A diffusion model for the fate of tandem gene duplicates in diploids

doi:10.1016/j.tpb.2007.01.003

Theoretical Population Biology

Volume 71, Issue 4, June 2007, Pages 491-501

https://doi.org/10.1016/j.tpb.2007.01.003 Get rights and content

Abstract

Suppose one chromosome in one member of a population somehow acquires a duplicate copy of the gene, fully linked to the original gene's locus. Preservation is the event that eventually every chromosome in the population is a descendant of the one which initially carried the duplicate. For a haploid population in which the absence of all copies of the gene is lethal, the probability of preservation has recently been estimated via a diffusion approximation. That approximation is shown to carry over to the case of diploids and arbitrary strong selection against the absence of the gene. The techniques used lead to some new results. In the large population limit, it is shown that the relative probability that descendants of a small number of individuals carrying multiple copies of the gene fix in the population is proportional to the number of copies carried. The probability of preservation is approximated when chromosomes carrying two copies of the gene are subject to additional, fully non-functionalizing mutations, thereby modelling either an additional cost of replicating a longer genome, or a partial duplication of the gene. In the latter case the preservation probability depends only on the mutation rate to null for the duplicated portion of the gene.

Introduction

In O’Hely (2006) (denoted hereafter as (I)) I used a diffusion approximation to model the haploid version of a gene duplication scenario previously analysed via simulations in Lynch et al. (2001). This note indicates a way to treat the fully diploid model.

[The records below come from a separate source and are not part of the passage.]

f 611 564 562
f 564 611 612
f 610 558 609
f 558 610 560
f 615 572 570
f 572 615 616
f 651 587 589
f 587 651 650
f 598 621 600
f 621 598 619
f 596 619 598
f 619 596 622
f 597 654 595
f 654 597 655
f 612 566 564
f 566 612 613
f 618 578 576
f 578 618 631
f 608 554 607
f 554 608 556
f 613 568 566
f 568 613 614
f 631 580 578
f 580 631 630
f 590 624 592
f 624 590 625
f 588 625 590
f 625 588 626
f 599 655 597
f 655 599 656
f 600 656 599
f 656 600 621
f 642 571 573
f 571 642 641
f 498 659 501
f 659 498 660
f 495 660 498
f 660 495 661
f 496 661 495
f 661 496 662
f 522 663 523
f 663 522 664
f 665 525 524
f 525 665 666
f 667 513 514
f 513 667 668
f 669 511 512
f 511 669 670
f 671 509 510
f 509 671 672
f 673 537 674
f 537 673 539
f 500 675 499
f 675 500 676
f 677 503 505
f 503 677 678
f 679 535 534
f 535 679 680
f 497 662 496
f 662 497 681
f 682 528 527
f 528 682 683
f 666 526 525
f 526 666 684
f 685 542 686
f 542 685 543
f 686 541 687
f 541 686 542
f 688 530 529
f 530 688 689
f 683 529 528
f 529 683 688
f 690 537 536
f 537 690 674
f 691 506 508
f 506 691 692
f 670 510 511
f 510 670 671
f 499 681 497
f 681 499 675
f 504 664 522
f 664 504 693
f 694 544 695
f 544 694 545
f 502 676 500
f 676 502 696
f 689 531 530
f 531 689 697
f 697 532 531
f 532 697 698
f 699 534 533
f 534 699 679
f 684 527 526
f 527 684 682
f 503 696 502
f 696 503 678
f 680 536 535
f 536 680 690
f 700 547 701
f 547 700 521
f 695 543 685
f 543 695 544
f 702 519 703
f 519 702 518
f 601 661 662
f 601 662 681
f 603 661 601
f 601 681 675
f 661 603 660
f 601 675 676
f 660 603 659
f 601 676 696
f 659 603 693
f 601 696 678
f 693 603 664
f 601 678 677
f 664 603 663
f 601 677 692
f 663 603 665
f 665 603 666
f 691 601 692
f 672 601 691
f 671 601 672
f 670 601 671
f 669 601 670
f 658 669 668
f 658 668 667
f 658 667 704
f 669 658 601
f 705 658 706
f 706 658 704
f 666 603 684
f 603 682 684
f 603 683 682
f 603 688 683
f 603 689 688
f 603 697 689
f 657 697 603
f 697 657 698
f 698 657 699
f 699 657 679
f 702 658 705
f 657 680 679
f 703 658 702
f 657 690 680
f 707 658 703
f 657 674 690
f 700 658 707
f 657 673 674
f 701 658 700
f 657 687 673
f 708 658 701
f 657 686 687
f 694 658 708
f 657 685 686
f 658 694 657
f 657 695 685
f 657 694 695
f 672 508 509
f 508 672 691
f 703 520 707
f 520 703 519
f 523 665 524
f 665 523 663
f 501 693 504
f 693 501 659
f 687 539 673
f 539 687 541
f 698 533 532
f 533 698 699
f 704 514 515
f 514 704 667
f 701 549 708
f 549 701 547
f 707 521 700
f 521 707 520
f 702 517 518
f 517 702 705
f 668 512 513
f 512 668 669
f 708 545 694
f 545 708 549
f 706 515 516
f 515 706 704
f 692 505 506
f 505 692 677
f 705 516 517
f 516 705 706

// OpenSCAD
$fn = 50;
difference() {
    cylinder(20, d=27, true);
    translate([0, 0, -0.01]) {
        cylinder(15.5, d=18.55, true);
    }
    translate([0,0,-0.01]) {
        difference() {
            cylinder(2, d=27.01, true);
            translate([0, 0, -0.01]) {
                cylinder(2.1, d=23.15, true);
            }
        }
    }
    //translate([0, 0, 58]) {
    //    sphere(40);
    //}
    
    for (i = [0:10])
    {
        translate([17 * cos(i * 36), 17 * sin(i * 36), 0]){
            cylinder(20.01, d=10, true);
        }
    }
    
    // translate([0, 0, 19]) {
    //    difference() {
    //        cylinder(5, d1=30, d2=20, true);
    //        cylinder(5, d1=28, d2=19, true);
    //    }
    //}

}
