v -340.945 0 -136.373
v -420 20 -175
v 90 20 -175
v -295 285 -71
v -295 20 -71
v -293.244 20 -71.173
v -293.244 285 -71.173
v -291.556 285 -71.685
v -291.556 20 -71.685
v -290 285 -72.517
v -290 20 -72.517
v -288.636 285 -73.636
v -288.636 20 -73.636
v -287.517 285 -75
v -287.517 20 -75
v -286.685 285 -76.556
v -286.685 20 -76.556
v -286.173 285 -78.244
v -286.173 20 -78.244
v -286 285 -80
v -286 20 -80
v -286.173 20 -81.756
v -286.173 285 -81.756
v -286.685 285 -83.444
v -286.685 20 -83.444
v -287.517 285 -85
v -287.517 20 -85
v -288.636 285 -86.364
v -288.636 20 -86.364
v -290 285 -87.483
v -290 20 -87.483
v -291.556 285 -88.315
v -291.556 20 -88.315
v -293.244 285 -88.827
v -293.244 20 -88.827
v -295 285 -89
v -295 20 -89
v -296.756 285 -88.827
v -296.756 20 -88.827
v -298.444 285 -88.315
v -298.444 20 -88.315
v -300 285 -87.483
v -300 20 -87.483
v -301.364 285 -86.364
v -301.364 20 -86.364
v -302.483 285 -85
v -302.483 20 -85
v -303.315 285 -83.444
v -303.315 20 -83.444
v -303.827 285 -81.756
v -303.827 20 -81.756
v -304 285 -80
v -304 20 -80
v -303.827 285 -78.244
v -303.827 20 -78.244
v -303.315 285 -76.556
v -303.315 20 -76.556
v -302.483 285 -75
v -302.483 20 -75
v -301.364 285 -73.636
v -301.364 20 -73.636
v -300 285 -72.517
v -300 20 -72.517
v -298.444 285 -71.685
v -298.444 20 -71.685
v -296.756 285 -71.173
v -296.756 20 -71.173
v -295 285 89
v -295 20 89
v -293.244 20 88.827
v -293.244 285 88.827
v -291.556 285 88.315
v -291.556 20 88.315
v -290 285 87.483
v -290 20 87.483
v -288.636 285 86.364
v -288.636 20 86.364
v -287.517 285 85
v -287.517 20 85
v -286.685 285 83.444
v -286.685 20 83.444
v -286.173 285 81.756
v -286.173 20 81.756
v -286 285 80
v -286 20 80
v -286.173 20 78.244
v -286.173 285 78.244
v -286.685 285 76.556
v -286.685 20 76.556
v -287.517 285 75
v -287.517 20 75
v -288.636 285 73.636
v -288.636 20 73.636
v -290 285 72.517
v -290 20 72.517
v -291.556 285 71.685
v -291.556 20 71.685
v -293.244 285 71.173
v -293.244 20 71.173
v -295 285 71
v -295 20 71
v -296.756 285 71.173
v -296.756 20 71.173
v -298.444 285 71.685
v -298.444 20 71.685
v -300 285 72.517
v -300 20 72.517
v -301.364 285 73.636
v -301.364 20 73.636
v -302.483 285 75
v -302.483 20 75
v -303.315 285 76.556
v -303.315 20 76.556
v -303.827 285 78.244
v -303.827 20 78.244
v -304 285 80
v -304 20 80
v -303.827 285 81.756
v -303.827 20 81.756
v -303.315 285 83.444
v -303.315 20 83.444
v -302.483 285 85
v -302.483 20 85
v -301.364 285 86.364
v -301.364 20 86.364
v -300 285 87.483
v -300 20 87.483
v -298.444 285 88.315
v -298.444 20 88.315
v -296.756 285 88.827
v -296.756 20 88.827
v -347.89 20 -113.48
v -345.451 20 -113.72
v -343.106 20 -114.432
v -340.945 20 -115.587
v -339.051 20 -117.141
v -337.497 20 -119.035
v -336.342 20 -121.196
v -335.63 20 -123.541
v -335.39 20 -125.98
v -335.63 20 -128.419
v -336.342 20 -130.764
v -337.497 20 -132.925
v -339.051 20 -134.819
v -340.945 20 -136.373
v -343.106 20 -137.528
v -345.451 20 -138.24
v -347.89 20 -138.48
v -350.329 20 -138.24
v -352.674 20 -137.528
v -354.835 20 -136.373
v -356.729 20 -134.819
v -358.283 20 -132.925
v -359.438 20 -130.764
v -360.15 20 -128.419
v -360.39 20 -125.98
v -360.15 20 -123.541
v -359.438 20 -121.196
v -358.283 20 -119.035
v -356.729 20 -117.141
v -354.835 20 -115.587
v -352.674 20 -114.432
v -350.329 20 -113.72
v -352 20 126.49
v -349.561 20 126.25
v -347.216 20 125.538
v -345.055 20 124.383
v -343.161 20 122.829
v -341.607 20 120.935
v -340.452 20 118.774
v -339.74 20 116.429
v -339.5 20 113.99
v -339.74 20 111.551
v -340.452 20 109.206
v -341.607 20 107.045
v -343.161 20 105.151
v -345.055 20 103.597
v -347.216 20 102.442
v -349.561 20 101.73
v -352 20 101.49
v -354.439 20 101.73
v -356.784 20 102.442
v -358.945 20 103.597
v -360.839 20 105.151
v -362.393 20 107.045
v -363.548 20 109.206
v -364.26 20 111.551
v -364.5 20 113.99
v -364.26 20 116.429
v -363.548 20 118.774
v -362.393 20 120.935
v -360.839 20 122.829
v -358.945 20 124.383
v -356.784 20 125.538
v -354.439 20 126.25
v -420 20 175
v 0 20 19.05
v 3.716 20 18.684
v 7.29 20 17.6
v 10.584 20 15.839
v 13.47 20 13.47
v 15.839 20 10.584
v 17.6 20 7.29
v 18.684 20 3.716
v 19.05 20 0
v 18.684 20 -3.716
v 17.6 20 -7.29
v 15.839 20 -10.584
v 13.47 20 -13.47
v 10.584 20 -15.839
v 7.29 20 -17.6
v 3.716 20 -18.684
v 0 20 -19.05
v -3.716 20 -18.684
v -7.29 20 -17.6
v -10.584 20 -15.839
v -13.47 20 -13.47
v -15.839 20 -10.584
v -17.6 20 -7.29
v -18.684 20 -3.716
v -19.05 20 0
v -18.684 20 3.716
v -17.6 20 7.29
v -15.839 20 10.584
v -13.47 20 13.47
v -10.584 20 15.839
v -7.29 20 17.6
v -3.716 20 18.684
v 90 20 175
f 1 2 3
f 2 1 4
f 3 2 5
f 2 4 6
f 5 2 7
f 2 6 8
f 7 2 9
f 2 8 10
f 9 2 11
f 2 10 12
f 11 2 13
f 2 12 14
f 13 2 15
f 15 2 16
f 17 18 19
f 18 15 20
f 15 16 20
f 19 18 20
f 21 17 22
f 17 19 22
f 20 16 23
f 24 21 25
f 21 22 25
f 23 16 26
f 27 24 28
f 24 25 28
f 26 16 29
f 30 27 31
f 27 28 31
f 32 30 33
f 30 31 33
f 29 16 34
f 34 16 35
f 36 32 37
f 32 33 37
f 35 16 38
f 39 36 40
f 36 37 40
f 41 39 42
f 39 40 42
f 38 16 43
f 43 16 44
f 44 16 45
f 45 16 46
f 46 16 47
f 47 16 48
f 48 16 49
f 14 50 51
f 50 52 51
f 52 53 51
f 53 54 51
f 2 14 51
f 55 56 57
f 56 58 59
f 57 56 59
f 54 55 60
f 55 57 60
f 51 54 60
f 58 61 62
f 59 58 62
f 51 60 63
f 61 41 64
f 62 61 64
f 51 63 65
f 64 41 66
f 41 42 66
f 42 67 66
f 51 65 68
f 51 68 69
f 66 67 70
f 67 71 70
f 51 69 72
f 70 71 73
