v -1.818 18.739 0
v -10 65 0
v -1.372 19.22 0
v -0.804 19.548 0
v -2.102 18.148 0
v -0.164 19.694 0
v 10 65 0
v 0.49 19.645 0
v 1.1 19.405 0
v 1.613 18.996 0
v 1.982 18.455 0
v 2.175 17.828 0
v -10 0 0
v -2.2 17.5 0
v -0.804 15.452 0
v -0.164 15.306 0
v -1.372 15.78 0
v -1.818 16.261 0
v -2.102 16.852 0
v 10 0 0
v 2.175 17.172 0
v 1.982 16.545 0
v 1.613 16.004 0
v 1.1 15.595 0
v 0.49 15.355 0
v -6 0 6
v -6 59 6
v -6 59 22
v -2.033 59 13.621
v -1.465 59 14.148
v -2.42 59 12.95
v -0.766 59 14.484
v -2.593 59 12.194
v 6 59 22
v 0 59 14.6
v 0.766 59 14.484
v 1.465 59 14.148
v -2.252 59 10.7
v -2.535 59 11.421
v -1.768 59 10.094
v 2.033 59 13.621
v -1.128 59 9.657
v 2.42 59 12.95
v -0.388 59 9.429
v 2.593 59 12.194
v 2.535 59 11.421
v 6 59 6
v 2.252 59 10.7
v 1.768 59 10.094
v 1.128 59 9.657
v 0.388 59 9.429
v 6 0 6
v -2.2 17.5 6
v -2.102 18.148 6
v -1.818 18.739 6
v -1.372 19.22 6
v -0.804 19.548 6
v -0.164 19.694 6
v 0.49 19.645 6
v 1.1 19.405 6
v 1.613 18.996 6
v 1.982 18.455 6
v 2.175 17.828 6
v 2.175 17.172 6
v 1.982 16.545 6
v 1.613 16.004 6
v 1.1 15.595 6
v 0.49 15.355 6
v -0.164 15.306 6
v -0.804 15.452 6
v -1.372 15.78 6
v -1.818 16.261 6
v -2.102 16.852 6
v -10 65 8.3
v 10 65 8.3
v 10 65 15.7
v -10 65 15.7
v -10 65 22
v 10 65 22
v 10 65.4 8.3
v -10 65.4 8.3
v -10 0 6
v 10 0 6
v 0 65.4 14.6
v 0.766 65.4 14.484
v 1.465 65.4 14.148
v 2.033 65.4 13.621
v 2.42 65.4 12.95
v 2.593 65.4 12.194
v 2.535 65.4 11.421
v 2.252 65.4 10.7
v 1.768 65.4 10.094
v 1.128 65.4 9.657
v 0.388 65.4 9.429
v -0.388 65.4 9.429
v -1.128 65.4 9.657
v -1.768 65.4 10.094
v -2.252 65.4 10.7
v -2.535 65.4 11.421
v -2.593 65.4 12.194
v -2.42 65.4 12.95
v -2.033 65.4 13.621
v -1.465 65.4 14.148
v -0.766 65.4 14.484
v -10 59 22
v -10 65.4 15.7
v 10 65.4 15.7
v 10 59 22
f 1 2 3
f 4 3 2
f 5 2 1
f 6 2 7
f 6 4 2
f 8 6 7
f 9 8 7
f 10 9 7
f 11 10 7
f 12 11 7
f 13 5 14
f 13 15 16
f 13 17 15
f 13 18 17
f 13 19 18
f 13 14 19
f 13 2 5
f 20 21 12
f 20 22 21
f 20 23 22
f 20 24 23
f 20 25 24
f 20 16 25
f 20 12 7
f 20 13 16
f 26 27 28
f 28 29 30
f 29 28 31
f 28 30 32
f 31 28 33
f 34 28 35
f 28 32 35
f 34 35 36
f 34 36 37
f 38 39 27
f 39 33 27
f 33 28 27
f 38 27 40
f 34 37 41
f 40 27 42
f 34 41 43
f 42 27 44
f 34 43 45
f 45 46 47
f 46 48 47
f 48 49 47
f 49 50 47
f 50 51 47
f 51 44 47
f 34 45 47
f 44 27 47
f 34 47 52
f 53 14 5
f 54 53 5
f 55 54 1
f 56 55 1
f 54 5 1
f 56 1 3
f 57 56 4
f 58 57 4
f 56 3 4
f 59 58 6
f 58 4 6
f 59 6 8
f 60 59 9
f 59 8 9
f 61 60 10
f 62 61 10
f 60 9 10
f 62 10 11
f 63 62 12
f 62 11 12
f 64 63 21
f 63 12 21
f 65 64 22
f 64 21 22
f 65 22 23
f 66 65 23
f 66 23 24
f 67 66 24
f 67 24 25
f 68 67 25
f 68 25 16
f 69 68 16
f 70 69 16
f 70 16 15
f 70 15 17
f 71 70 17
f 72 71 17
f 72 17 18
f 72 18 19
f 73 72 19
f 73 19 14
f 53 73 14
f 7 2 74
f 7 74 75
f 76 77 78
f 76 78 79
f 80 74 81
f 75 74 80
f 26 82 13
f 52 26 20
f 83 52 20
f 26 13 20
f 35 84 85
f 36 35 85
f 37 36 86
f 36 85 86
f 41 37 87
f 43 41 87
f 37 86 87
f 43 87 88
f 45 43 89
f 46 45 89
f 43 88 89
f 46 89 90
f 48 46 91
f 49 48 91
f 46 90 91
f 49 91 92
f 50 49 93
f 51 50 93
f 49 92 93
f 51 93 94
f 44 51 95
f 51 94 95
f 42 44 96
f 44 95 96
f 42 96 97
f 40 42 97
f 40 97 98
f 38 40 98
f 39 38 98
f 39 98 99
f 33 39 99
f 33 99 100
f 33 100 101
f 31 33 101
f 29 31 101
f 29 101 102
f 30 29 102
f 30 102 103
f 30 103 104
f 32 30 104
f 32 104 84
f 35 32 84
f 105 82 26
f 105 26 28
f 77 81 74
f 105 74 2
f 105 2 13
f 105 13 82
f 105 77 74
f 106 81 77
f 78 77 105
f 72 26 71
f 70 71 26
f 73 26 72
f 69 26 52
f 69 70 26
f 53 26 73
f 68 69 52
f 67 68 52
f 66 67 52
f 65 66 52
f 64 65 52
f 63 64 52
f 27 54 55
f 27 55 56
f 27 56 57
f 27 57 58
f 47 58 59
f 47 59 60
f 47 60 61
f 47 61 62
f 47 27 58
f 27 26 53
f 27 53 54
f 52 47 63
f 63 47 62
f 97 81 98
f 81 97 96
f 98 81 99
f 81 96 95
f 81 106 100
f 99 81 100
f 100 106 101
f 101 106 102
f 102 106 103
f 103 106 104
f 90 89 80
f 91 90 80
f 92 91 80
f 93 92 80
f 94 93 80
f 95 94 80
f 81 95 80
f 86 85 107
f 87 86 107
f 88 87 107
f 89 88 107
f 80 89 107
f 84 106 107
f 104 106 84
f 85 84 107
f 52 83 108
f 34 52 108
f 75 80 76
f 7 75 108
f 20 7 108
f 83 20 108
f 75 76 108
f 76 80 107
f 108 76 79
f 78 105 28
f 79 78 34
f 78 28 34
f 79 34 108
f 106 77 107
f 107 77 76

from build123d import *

# Parameters (mm, degrees)
SKETCH_3_W          = 20
SKETCH_3_H          = 59
EXTRUDE_2_DEPTH     = 6
SKETCH_10_R         = 2.2
CUT_EXTRUDE_3_DEPTH = 61.141499815
SKETCH_11_W         = 20
SKETCH_11_H         = 22
EXTRUDE_5_DEPTH     = 6
SKETCH_9_W          = 20
SKETCH_9_H          = 7.4
EXTRUDE_4_DEPTH     = 0.4
SKETCH_13_R         = 2.6
CUT_EXTRUDE_4_DEPTH = 70.722019477
EXTRUDE_6_DEPTH     = 4


with BuildPart() as part:
    # Эскиз3 → Бобышка-Вытянуть2 (new body)
    with BuildSketch(Plane.XY):
        with Locations((0, 29.5)):
            Rectangle(SKETCH_3_W, SKETCH_3_H)
    extrude(amount=EXTRUDE_2_DEPTH)

    # Эскиз10 → Вырез-Вытянуть3 (cut, through all)
    with BuildSketch(Plane(origin=(0, 0, 0), x_dir=(-1, 0, 0), z_dir=(0, 0, -1))):
        with Locations((0, 17.5)):
            Circle(SKETCH_10_R)
    extrude(amount=-CUT_EXTRUDE_3_DEPTH, mode=Mode.SUBTRACT)

    # Эскиз11 → Бобышка-Вытянуть5 (add)
    with BuildSketch(Plane(origin=(0, 59, 0), x_dir=(1, 0, 0), z_dir=(0, 1, 0))):
        with Locations((0, -11)):
            Rectangle(SKETCH_11_W, SKETCH_11_H)
    extrude(amount=EXTRUDE_5_DEPTH)

    # Эскиз9 → Бобышка-Вытянуть4 (add)
    with BuildSketch(Plane(origin=(0, 65, -43.4), x_dir=(1, 0, 0), z_dir=(0, -1, 0))):
        with Locations((0, 55.4)):
            Rectangle(SKETCH_9_W, SKETCH_9_H)
    extrude(amount=-EXTRUDE_4_DEPTH)

    # Эскиз13 → Вырез-Вытянуть4 (cut, through all)
    with BuildSketch(Plane(origin=(0, 65.4, 0), x_dir=(1, 0, 0), z_dir=(0, 1, 0))):
        with Locations(Location((0, -12, 0), (0, 0, 270))):
            Circle(SKETCH_13_R)
    extrude(amount=-CUT_EXTRUDE_4_DEPTH, mode=Mode.SUBTRACT)

    # Эскиз17 → Бобышка-Вытянуть6 (add)
    with BuildSketch(Plane.ZY.offset(10)):
        Polygon((22, 59), (6, 59), (6, 0), align=None)
    extrude_6 = extrude(amount=-EXTRUDE_6_DEPTH)

    # Зеркальное отражение1: Бобышка-Вытянуть6 across plane
    add(extrude_6.mirror(Plane(origin=(0, 0, 0), x_dir=(0, 0, 1), z_dir=(1, 0, 0))))


solid = part.part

Both (I) and this paper consider tandem duplications, that is, a duplication where the locus of the duplicate gene is fully linked to the original locus. Thus the haplotype of a chromosome across these two loci may be represented by a meta-allele. In (I) these alleles were written as A, AA and Aa representing chromosomes not descended from a duplicate, those with intact copies of the gene at both loci, and those carrying one intact and one mutated copy of the gene. It was assumed that the absence of an intact copy of the gene was lethal, so types that might have been represented by a and aa were never present in the population. The technique used was to write down an overlapping-generations Markov chain for a finite population and analyse its diffusion limit. This resulted in an ODE for the probability of the fixation of the Aa type given that the initial frequency of Aa's was zero.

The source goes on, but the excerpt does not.